■ WORK TO BE COMPLETED ■
Beneath this line are the data; copy exactly the part of them that opens with the line containing "e26 v19 v19" and closes with the line containing "e33 v22 v22", and only that part.
--*--
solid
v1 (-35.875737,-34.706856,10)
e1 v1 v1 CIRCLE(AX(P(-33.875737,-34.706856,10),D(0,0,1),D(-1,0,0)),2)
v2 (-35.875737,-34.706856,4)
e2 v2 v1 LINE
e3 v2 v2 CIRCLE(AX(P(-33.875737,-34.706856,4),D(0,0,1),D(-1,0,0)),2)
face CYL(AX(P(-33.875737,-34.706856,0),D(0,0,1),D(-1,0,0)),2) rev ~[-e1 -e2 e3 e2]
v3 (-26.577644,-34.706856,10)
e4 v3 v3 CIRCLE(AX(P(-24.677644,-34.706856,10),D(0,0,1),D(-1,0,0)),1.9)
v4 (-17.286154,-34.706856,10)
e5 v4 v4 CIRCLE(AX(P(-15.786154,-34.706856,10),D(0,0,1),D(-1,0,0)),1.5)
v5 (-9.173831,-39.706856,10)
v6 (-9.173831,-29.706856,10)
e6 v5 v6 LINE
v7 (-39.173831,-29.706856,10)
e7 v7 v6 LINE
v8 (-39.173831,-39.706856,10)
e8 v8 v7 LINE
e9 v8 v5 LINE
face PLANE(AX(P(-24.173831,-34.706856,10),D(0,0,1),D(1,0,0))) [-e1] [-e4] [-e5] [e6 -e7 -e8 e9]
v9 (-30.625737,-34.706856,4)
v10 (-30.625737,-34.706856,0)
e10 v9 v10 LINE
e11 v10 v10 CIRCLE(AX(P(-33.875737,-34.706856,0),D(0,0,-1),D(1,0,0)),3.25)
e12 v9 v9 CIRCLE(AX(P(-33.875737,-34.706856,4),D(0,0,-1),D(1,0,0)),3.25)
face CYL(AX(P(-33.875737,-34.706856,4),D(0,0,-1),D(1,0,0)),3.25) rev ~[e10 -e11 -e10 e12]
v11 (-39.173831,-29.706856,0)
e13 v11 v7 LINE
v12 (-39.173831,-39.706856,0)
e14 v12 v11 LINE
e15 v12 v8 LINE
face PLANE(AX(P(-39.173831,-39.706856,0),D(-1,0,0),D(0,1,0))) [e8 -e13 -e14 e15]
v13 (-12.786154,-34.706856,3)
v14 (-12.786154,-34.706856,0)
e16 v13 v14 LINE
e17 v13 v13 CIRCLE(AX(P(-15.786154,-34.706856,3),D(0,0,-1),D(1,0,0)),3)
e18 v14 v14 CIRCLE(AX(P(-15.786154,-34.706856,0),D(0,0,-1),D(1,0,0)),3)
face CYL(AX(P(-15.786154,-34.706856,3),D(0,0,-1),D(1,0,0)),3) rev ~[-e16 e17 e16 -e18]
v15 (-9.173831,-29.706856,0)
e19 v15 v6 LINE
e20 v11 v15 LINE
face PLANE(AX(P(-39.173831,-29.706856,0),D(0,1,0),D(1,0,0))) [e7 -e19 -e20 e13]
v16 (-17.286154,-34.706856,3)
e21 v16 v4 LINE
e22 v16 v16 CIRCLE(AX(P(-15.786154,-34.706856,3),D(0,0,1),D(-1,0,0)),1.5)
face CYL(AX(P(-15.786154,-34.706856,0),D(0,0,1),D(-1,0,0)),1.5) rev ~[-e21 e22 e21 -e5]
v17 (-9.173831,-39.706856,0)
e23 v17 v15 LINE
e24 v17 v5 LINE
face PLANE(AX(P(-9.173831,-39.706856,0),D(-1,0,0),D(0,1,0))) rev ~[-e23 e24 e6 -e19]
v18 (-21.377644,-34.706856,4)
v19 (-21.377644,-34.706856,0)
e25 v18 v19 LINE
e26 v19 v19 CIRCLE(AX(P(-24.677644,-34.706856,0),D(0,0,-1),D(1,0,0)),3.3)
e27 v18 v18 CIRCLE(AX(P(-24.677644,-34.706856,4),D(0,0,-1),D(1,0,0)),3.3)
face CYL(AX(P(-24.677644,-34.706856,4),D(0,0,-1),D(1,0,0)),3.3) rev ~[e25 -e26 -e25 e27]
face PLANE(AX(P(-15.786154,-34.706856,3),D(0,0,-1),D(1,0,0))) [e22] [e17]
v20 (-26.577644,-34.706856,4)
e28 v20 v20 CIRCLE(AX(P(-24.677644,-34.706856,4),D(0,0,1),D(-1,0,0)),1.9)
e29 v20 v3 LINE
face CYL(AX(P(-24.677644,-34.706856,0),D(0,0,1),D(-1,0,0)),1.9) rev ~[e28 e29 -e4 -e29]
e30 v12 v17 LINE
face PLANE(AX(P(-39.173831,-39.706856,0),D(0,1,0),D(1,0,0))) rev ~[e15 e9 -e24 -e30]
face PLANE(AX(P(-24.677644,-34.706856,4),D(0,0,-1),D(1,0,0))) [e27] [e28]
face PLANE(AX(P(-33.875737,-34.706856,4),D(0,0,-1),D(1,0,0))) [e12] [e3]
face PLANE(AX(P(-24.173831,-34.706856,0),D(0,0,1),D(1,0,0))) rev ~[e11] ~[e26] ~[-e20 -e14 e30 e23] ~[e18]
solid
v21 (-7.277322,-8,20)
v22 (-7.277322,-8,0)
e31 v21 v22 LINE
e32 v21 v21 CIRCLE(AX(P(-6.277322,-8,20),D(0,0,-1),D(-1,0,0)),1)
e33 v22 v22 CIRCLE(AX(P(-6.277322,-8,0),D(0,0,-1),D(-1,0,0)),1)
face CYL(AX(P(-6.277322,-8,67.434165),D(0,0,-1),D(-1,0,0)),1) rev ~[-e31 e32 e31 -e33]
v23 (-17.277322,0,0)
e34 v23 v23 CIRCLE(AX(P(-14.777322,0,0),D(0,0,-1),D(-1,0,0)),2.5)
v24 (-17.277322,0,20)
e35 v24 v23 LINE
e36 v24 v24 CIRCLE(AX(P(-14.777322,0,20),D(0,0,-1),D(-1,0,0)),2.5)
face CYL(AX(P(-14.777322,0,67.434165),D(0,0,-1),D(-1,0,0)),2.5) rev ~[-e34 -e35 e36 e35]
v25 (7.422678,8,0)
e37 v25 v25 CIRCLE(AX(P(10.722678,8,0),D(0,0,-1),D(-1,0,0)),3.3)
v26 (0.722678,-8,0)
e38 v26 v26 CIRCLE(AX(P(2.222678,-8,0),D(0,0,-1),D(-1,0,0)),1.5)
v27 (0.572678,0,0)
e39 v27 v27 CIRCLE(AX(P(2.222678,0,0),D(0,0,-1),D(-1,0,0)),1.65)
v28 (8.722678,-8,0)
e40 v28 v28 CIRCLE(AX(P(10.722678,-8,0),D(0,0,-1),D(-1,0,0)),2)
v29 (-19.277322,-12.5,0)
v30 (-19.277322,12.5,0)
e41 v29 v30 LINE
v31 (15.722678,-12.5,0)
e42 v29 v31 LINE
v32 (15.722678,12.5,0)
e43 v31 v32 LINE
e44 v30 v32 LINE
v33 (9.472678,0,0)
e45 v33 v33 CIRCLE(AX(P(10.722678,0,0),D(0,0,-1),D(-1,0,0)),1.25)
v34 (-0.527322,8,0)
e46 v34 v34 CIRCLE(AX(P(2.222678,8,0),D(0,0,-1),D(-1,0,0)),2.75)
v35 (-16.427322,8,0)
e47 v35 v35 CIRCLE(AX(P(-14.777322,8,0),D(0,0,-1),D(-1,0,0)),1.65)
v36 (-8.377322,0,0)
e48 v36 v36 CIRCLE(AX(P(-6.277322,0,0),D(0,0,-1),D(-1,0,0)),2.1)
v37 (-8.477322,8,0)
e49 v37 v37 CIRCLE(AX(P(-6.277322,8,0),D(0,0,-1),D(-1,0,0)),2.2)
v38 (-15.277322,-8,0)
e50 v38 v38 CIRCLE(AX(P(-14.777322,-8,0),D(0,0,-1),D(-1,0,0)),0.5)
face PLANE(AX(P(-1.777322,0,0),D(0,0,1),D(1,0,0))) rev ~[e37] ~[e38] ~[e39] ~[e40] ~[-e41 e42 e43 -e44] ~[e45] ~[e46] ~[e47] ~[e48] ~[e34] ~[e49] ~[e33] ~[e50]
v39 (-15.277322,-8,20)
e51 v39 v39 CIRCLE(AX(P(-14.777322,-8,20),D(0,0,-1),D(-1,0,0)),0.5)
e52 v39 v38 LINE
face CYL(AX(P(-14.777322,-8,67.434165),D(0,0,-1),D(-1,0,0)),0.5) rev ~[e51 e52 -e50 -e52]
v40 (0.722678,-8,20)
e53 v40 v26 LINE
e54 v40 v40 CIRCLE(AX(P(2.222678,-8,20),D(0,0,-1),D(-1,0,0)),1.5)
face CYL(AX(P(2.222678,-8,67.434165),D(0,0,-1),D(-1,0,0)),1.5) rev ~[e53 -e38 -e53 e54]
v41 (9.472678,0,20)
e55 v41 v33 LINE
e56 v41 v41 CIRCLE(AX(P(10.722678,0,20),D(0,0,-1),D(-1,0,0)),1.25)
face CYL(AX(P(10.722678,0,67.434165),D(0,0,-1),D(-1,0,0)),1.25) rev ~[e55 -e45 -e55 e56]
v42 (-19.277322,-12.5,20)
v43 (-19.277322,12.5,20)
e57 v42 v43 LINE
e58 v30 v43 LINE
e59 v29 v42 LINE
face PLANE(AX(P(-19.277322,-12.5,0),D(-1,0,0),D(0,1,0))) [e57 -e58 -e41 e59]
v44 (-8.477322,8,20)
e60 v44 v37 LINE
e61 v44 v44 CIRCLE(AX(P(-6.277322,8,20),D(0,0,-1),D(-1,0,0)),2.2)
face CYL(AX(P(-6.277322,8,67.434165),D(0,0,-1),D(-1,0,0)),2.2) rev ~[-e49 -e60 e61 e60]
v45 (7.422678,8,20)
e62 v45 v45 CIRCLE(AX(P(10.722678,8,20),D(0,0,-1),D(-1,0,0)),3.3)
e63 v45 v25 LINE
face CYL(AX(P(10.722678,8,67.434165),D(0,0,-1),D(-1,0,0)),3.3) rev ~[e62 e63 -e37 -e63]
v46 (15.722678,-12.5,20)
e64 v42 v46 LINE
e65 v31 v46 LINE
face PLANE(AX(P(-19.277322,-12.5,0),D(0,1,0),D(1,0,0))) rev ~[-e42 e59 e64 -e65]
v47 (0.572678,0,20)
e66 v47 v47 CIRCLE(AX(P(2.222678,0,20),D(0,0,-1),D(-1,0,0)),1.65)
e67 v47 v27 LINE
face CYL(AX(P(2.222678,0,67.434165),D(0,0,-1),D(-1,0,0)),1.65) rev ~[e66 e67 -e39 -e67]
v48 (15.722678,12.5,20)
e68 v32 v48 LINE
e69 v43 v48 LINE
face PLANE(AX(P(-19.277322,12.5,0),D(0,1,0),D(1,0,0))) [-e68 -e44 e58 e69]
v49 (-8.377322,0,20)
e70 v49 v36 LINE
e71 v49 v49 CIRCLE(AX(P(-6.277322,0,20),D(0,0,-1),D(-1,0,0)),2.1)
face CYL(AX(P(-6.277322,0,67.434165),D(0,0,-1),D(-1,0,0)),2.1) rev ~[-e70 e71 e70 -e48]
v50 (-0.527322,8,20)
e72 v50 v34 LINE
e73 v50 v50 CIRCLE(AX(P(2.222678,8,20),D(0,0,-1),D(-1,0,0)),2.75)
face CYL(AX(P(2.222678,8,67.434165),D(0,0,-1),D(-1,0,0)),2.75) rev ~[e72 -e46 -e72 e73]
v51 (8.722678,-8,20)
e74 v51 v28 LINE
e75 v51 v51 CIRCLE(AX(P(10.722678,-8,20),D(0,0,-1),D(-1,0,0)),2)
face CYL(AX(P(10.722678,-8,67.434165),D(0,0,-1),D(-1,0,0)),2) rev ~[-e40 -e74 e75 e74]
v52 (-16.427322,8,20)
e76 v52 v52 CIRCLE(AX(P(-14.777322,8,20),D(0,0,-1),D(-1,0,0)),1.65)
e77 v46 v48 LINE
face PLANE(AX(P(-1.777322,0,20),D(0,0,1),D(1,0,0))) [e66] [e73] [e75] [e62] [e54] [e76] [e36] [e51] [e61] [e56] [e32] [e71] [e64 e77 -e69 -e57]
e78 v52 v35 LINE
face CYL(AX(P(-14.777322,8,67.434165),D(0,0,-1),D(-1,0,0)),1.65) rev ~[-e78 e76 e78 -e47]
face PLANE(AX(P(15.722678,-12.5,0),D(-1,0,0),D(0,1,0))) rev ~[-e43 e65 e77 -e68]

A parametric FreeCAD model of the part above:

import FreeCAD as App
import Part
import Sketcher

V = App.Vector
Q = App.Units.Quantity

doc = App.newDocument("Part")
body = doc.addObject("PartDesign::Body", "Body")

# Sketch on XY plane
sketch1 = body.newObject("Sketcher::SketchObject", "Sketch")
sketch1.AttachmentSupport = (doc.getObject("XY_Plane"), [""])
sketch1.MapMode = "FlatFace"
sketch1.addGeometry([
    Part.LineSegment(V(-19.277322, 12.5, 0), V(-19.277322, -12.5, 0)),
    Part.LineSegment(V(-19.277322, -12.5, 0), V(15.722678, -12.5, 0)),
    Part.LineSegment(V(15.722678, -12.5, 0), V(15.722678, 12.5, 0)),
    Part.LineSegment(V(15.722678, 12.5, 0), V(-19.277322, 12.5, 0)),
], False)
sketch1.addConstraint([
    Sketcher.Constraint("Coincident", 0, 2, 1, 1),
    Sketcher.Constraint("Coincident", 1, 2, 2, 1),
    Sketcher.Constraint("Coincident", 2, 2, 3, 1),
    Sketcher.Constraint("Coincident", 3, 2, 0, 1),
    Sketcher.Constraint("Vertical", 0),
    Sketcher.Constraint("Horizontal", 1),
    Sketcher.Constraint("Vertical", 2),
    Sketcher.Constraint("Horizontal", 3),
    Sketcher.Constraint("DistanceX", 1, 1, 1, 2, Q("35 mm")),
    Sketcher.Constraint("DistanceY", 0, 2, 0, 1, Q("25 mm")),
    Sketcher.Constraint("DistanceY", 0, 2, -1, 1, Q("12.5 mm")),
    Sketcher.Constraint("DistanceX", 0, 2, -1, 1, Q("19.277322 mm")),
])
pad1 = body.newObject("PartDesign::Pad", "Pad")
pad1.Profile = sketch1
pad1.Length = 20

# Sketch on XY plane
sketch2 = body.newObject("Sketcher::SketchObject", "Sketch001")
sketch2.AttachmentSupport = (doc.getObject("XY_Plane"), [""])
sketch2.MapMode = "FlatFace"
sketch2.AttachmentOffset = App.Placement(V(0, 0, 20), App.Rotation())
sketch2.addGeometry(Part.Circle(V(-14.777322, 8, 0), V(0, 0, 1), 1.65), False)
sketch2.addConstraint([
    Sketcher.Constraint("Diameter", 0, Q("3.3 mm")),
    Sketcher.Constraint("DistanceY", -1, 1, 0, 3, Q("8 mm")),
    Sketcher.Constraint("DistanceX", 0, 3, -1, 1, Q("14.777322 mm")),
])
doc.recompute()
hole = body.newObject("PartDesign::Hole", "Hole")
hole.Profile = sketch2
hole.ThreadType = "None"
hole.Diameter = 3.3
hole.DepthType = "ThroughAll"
--*--
■ RESULT OF THIS EXERCISE ■
e26 v19 v19 CIRCLE(AX(P(-24.677644,-34.706856,0),D(0,0,-1),D(1,0,0)),3.3)
e27 v18 v18 CIRCLE(AX(P(-24.677644,-34.706856,4),D(0,0,-1),D(1,0,0)),3.3)
face CYL(AX(P(-24.677644,-34.706856,4),D(0,0,-1),D(1,0,0)),3.3) rev ~[e25 -e26 -e25 e27]
face PLANE(AX(P(-15.786154,-34.706856,3),D(0,0,-1),D(1,0,0))) [e22] [e17]
v20 (-26.577644,-34.706856,4)
e28 v20 v20 CIRCLE(AX(P(-24.677644,-34.706856,4),D(0,0,1),D(-1,0,0)),1.9)
e29 v20 v3 LINE
face CYL(AX(P(-24.677644,-34.706856,0),D(0,0,1),D(-1,0,0)),1.9) rev ~[e28 e29 -e4 -e29]
e30 v12 v17 LINE
face PLANE(AX(P(-39.173831,-39.706856,0),D(0,1,0),D(1,0,0))) rev ~[e15 e9 -e24 -e30]
face PLANE(AX(P(-24.677644,-34.706856,4),D(0,0,-1),D(1,0,0))) [e27] [e28]
face PLANE(AX(P(-33.875737,-34.706856,4),D(0,0,-1),D(1,0,0))) [e12] [e3]
face PLANE(AX(P(-24.173831,-34.706856,0),D(0,0,1),D(1,0,0))) rev ~[e11] ~[e26] ~[-e20 -e14 e30 e23] ~[e18]
solid
v21 (-7.277322,-8,20)
v22 (-7.277322,-8,0)
e31 v21 v22 LINE
e32 v21 v21 CIRCLE(AX(P(-6.277322,-8,20),D(0,0,-1),D(-1,0,0)),1)
e33 v22 v22 CIRCLE(AX(P(-6.277322,-8,0),D(0,0,-1),D(-1,0,0)),1)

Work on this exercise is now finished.